One thing that I believe will last is floating point arithmetic. Of course, the details will change, and in particular, word lengths will continue their progression from 16 to 32 to 64 to 128 bits and beyond…. But I believe the two defining features of floating point arithmetic will persist: relative rather than absolute magnitudes, and rounding of all intermediate quantities. Outside the numerical community, some people feel that floating point arithmetic is an anachronism, a 1950s kludge that is destined to be cast aside as machines become more sophisticated. Computers may have been born as number crunchers, the feeling goes, but now that they are fast enough to do arbitrary symbolic manipulations, we must move to a higher plane. In truth, however, no amount of computer power will change the fact that most numerical problems cannot be solved symbolically. You have to make approximations, and floating-point arithmetic is the best general-purpose approximation idea ever devised.

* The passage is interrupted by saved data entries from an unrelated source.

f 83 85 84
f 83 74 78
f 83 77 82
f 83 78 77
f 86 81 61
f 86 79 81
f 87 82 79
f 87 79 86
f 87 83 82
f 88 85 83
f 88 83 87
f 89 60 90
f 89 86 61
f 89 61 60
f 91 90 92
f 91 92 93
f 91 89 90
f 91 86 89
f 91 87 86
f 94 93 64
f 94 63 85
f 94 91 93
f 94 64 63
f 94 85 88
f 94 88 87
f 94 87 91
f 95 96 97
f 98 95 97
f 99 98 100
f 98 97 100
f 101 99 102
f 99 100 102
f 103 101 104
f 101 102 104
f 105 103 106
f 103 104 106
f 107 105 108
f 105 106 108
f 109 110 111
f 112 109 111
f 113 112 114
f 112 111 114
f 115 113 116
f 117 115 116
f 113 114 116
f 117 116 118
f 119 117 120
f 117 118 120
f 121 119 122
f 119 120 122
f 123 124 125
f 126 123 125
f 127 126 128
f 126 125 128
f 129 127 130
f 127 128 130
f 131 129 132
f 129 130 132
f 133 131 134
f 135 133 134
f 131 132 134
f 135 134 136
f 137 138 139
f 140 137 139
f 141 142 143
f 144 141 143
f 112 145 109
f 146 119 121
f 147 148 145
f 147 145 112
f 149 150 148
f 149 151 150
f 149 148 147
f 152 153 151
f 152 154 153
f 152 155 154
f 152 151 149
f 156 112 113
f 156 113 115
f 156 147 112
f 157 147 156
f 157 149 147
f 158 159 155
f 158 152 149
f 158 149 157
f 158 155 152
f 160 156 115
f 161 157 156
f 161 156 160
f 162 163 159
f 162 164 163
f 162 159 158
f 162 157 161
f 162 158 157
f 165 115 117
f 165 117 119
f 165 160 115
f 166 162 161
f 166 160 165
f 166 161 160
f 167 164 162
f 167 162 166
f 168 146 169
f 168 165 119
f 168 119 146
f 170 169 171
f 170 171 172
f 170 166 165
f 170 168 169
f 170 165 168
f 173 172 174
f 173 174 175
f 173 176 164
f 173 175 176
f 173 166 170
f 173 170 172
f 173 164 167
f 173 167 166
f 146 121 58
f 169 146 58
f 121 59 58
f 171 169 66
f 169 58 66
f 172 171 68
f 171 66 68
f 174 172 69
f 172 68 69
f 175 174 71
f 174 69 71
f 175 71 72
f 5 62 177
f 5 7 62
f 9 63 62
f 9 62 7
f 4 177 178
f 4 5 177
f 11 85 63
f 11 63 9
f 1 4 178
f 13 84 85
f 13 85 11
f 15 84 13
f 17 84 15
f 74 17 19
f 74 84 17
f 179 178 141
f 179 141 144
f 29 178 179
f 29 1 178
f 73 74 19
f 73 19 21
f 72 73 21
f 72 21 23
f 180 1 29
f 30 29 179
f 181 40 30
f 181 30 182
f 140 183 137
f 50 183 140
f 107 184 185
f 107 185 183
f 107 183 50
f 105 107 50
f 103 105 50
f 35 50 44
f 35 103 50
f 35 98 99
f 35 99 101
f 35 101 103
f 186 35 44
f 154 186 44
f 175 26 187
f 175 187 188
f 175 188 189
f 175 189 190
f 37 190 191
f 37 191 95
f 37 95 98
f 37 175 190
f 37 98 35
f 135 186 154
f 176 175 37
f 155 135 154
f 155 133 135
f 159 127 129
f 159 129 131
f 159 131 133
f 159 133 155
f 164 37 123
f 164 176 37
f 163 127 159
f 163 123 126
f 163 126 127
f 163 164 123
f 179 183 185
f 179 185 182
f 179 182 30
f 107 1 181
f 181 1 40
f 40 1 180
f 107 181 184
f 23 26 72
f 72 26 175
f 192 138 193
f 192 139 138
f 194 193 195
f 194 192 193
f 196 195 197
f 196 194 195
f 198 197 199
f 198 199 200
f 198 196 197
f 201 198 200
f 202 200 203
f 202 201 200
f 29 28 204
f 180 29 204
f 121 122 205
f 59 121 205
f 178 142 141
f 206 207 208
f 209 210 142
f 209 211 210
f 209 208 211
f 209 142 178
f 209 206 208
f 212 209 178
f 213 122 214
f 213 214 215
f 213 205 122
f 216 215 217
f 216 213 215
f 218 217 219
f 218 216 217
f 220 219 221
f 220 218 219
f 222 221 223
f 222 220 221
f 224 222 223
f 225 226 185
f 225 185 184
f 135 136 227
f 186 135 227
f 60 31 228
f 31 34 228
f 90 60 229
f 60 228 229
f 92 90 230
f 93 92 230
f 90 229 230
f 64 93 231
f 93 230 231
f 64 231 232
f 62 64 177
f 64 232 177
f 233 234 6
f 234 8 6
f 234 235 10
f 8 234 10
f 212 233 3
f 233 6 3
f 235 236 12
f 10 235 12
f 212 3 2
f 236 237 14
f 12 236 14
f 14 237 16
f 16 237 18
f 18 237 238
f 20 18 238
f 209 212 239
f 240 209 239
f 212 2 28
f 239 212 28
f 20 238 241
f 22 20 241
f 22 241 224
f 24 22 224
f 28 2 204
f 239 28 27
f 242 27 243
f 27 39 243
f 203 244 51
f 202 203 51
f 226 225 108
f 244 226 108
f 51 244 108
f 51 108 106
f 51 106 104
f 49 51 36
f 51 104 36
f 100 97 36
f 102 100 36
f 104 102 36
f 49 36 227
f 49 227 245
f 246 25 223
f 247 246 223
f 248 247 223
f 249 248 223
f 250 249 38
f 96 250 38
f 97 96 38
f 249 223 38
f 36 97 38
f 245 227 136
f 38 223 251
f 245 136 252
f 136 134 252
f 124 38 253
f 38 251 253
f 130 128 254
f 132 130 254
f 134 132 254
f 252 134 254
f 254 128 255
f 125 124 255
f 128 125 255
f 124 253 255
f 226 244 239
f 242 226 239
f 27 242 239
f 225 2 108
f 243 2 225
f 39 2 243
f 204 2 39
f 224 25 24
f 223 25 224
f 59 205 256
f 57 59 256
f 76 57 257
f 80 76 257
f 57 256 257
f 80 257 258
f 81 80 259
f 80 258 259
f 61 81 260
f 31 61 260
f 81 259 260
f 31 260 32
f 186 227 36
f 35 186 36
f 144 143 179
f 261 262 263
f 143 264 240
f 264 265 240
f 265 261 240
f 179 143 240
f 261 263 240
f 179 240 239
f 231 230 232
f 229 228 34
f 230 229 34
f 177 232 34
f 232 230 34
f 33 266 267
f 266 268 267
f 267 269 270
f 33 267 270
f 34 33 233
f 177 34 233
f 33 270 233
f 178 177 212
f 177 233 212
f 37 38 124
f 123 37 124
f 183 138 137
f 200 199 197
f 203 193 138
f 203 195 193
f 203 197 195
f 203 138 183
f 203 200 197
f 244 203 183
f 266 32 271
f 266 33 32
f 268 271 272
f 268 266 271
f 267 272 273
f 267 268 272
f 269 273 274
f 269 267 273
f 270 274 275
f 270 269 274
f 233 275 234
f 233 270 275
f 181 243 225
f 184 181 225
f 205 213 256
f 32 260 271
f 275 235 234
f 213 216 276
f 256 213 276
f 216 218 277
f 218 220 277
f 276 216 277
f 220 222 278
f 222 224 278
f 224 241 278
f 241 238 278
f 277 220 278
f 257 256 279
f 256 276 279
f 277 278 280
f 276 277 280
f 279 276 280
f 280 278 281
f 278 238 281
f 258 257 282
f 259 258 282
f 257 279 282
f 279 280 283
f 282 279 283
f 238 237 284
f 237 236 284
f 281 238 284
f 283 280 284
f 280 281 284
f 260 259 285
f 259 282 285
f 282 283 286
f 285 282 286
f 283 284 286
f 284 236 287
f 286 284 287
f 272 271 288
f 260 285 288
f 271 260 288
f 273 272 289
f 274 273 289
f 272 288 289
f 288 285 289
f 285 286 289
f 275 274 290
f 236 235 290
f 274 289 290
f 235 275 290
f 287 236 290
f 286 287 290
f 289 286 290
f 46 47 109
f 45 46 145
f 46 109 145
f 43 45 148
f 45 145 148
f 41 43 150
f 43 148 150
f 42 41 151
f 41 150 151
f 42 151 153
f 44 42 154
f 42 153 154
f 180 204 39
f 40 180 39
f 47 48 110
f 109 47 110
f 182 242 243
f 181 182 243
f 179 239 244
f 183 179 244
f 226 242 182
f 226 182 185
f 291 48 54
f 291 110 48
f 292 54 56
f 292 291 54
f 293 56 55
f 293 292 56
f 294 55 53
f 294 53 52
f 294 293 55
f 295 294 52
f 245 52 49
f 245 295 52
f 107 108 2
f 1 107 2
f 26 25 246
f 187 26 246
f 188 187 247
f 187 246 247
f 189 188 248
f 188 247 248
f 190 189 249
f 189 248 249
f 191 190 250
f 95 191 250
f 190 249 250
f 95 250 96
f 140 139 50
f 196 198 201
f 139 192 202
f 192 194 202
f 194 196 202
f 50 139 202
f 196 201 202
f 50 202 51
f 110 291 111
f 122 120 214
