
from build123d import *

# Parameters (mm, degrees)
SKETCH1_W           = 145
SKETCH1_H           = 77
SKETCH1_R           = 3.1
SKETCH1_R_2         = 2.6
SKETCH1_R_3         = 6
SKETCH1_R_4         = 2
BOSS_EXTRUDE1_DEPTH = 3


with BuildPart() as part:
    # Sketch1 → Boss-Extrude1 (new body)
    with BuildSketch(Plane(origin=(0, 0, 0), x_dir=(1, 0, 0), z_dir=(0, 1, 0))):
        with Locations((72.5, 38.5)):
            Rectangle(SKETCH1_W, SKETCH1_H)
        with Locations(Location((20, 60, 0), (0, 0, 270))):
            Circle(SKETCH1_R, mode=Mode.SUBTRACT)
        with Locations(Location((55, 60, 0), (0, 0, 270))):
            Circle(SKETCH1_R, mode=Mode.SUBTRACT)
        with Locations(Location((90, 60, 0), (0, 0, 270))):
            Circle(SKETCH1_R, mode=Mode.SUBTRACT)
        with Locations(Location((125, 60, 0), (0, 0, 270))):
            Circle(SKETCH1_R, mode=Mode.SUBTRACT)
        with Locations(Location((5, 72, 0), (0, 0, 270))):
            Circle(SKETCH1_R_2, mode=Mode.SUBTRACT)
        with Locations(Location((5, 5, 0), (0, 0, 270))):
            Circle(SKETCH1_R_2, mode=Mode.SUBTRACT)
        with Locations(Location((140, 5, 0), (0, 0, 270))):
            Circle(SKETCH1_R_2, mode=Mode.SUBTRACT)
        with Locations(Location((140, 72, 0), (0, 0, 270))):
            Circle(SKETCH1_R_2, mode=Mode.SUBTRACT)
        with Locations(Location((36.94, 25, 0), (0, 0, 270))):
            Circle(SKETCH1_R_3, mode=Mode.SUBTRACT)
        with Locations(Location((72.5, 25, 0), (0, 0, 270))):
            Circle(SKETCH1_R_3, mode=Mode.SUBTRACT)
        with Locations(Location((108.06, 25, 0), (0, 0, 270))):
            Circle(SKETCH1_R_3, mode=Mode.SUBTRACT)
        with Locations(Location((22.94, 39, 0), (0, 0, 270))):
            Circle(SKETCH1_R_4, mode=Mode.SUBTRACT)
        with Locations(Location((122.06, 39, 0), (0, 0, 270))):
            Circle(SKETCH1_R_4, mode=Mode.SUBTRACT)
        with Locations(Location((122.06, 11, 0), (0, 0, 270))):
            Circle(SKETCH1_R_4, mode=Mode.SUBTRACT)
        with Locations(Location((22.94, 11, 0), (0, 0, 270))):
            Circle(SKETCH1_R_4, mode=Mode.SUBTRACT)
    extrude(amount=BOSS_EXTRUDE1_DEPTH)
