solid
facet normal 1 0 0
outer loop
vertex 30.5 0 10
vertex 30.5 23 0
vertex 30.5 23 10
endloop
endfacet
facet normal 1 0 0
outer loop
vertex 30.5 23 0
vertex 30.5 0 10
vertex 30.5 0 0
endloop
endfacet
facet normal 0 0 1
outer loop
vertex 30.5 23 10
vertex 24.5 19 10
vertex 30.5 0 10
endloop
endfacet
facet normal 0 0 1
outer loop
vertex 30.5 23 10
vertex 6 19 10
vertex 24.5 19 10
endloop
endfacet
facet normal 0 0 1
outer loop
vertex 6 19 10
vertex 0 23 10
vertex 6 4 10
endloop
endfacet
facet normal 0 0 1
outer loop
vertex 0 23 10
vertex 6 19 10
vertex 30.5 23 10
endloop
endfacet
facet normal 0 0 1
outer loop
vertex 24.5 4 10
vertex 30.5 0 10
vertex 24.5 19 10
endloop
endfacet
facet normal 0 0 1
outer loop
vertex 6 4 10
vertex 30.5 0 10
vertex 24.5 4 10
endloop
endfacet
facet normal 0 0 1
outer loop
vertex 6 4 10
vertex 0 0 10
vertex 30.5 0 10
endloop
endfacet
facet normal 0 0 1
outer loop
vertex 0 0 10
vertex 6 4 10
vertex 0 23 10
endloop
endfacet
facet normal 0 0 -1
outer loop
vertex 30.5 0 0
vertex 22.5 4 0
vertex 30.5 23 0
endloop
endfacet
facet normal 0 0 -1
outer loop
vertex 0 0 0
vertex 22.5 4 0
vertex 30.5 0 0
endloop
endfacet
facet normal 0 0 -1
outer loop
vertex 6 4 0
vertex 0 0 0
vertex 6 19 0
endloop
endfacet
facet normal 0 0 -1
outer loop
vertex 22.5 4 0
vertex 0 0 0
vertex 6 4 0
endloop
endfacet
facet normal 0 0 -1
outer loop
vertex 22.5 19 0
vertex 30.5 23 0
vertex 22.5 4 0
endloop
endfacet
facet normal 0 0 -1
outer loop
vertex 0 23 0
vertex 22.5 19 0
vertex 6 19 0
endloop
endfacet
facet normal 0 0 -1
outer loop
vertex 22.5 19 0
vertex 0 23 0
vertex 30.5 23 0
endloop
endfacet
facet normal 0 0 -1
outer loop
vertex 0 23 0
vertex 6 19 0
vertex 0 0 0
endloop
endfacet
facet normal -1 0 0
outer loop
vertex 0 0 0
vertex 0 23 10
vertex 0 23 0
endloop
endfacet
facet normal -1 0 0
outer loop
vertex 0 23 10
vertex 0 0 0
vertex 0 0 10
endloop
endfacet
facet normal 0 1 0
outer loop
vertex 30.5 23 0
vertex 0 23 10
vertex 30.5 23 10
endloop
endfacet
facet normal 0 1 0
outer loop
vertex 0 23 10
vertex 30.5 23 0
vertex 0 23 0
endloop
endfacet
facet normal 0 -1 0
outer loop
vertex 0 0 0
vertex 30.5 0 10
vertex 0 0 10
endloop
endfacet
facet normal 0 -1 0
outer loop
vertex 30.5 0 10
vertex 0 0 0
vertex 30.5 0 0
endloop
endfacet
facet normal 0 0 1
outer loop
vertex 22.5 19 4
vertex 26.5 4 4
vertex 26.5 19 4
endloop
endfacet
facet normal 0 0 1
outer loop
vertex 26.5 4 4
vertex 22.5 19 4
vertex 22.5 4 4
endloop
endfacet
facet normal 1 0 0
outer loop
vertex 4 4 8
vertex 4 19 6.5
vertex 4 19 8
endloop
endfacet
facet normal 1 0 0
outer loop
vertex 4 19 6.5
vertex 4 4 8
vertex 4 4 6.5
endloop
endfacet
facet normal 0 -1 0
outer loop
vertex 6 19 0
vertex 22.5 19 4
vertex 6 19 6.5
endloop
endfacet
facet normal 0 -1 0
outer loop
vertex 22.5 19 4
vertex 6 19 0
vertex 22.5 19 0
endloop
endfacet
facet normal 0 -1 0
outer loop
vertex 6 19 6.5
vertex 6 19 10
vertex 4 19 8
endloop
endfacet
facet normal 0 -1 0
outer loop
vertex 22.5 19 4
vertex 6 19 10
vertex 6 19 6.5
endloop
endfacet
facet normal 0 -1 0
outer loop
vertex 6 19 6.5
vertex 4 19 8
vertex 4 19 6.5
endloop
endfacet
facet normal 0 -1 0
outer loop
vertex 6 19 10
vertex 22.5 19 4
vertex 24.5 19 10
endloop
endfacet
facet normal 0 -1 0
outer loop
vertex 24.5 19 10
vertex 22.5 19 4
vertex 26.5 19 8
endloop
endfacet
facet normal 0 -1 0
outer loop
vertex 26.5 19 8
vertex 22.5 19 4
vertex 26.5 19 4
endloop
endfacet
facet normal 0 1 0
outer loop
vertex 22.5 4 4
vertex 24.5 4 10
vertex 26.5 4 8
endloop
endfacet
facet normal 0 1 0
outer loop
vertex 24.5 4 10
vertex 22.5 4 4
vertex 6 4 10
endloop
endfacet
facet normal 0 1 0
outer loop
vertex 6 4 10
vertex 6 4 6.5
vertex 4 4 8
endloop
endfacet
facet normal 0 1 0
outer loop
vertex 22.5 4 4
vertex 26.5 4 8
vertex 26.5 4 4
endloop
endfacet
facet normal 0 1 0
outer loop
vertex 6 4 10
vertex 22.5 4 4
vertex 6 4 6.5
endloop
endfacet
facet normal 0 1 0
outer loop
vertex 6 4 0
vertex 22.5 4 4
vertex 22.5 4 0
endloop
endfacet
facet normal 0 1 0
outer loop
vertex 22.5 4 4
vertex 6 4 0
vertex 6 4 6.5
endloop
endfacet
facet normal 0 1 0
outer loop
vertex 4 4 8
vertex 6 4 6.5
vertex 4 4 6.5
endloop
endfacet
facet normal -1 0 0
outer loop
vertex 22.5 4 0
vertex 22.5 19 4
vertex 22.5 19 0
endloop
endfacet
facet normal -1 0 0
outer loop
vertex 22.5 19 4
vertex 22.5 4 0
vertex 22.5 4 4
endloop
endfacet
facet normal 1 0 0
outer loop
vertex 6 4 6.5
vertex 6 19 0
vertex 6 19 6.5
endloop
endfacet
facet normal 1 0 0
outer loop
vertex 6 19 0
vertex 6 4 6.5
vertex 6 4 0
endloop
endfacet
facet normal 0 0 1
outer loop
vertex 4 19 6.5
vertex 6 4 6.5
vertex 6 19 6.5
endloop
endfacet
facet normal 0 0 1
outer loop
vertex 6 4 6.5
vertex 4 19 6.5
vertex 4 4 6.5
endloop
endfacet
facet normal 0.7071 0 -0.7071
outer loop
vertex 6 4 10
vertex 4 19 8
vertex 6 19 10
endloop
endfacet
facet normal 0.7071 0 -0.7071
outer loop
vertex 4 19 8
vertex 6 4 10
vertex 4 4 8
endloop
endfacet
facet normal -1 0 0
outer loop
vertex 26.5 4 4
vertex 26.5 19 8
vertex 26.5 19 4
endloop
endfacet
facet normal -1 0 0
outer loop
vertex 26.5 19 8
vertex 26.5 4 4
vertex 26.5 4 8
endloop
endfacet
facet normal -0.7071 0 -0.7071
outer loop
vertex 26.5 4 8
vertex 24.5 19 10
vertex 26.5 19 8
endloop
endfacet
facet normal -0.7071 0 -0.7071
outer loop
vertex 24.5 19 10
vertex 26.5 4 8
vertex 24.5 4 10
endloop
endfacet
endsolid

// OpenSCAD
jack_length = 16.5;
jack_width = 15;

wall_height = 10;
wall_thickness = 4;

catch_overhang = 2;

small_clip_depth = catch_overhang;
big_clip_depth = catch_overhang + 2;
big_clip_clearance = 4;
small_clip_clearance = 6.5;

outer_length =
    jack_length + small_clip_depth + big_clip_depth + (wall_thickness * 2);
outer_width = jack_width + (wall_thickness * 2);

module clip_catch() {
  rotate([ 90, 0, 0 ]) {
    linear_extrude(height = outer_width) {
      polygon(points =
                  [
                    [ 0, 0 ], [ catch_overhang, 0 ],
                    [ wall_thickness, catch_overhang ], [ 0, catch_overhang ]
                  ],
              paths = [[ 0, 1, 2, 3 ]]);
    }
  }
}

module keystone() {
  union() {
    difference() {
      difference() {
        cube([ outer_length, outer_width, wall_height ]);
        translate([ wall_thickness, wall_thickness, big_clip_clearance ]) {
          cube([ outer_length, jack_width, wall_height ]);
        }
      }
      translate([ wall_thickness + small_clip_depth, wall_thickness, 0 ]) {
        cube([ jack_length, jack_width, wall_height + 1 ]);
      }
    }

    cube([ wall_thickness, outer_width, wall_height ]);

    cube([
      wall_thickness + small_clip_depth, outer_width,
      small_clip_clearance
    ]);

    translate([ 2, 23, 8 ]) {
      clip_catch();
    }

    translate([ 26.5, 0, 0 ]) {
      cube([ 4, 23, 10 ]);
    }

    translate([ 28.5, 0, 8 ]) {
      rotate([ 0, 0, -180 ]) {
        clip_catch();
      }
    }
  }
}

keystone();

At this point, predicting the continued survival of floating-point formats seems like a safe bet, if only because of the QWERTY factor—the system is deeply entrenched, and any replacement would have to overcome a great deal of inertia. But Trefethen’s “two defining features of floating point arithmetic” are not actually unique to the floating-point system; logarithmic and level-index numbers (and doubtless others as well) also employ “relative magnitudes” and require “rounding of all intermediate quantities.” It may well be that floating point is the best general-purpose approximation idea ever devised, but I’m not convinced that all the alternatives have been given serious evaluation.

Free Pi

Two further notes. Because of space constraints, my American Scientist column appeared with a painfully truncated bibliography. I have posted an ampler list of references here.

Also, would anyone like to have 10 million digits of pi on microfiche cards? While scrounging in my files for interesting lore on large numbers, I came upon a yellow envelope in which 10,015,000 digits of pi fill up nine fiche cards. The envelope bears the notation “rec’d from Y. Kanada, Univ. of Tokyo, 1983.” The 10 million digits set a record back then, which I noted in a brief Scientific American news item. It seems a shame to destroy such a curious artifact; on the other hand, I can think of no earthly use for it.

Kanada’s group has gone on to calculate more than a trillion digits of pi, but he didn’t send me the 900,000 microfiche cards it would take to hold the listing.